# THE PROBLEM
Please output exactly the part of the records below that opens with the line containing "# Parameters (mm, degrees)" and closes with the line containing "A parametric FreeCAD", both lines included, and nothing else.

=== DATA SECTION ===

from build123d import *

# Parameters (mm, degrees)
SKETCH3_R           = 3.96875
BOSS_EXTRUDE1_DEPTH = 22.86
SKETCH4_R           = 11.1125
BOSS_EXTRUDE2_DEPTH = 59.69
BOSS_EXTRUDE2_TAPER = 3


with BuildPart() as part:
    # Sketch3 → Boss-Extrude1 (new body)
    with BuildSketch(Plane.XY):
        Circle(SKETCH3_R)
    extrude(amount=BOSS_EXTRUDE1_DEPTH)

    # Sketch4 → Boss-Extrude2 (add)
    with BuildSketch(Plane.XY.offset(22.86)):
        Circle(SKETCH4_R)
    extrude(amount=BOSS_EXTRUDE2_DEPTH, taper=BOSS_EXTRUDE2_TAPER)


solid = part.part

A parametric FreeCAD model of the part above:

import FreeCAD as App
import Part
import Sketcher

V = App.Vector
Q = App.Units.Quantity

doc = App.newDocument("Part")
body = doc.addObject("PartDesign::Body", "Body")

sketch1 = body.newObject("Sketcher::SketchObject", "Sketch")
sketch1.AttachmentSupport = (doc.getObject("XY_Plane"), [""])
sketch1.MapMode = "FlatFace"
sketch1.addGeometry(Part.Circle(V(0, 0, 0), V(0, 0, 1), 3.96875), False)
sketch1.addConstraint([
    Sketcher.Constraint("Coincident", 0, 3, -1, 1),
    Sketcher.Constraint("Diameter", 0, Q("0.3125 in")),
])
pad1 = body.newObject("PartDesign::Pad", "Pad")
pad1.Profile = sketch1
pad1.Length = Q("0.9 in")

sketch2 = body.newObject("Sketcher::SketchObject", "Sketch001")
sketch2.AttachmentSupport = (doc.getObject("XY_Plane"), [""])
sketch2.MapMode = "FlatFace"
sketch2.AttachmentOffset = App.Placement(V(0, 0, 0.9 * 25.4), App.Rotation())
sketch2.addGeometry(Part.Circle(V(0, 0, 0), V(0, 0, 1), 11.1125), False)
sketch2.addConstraint([
    Sketcher.Constraint("Coincident", 0, 3, -1, 1),
    Sketcher.Constraint("Diameter", 0, Q("0.875 in")),
])
pad2 = body.newObject("PartDesign::Pad", "Pad001")
pad2.Profile = sketch2
pad2.Length = Q("2.35 in")
pad2.TaperAngle = -3

doc.recompute()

===

# EXERCISE ANSWER
# Parameters (mm, degrees)
SKETCH3_R           = 3.96875
BOSS_EXTRUDE1_DEPTH = 22.86
SKETCH4_R           = 11.1125
BOSS_EXTRUDE2_DEPTH = 59.69
BOSS_EXTRUDE2_TAPER = 3


with BuildPart() as part:
    # Sketch3 → Boss-Extrude1 (new body)
    with BuildSketch(Plane.XY):
        Circle(SKETCH3_R)
    extrude(amount=BOSS_EXTRUDE1_DEPTH)

    # Sketch4 → Boss-Extrude2 (add)
    with BuildSketch(Plane.XY.offset(22.86)):
        Circle(SKETCH4_R)
    extrude(amount=BOSS_EXTRUDE2_DEPTH, taper=BOSS_EXTRUDE2_TAPER)


solid = part.part

A parametric FreeCAD model of the part above:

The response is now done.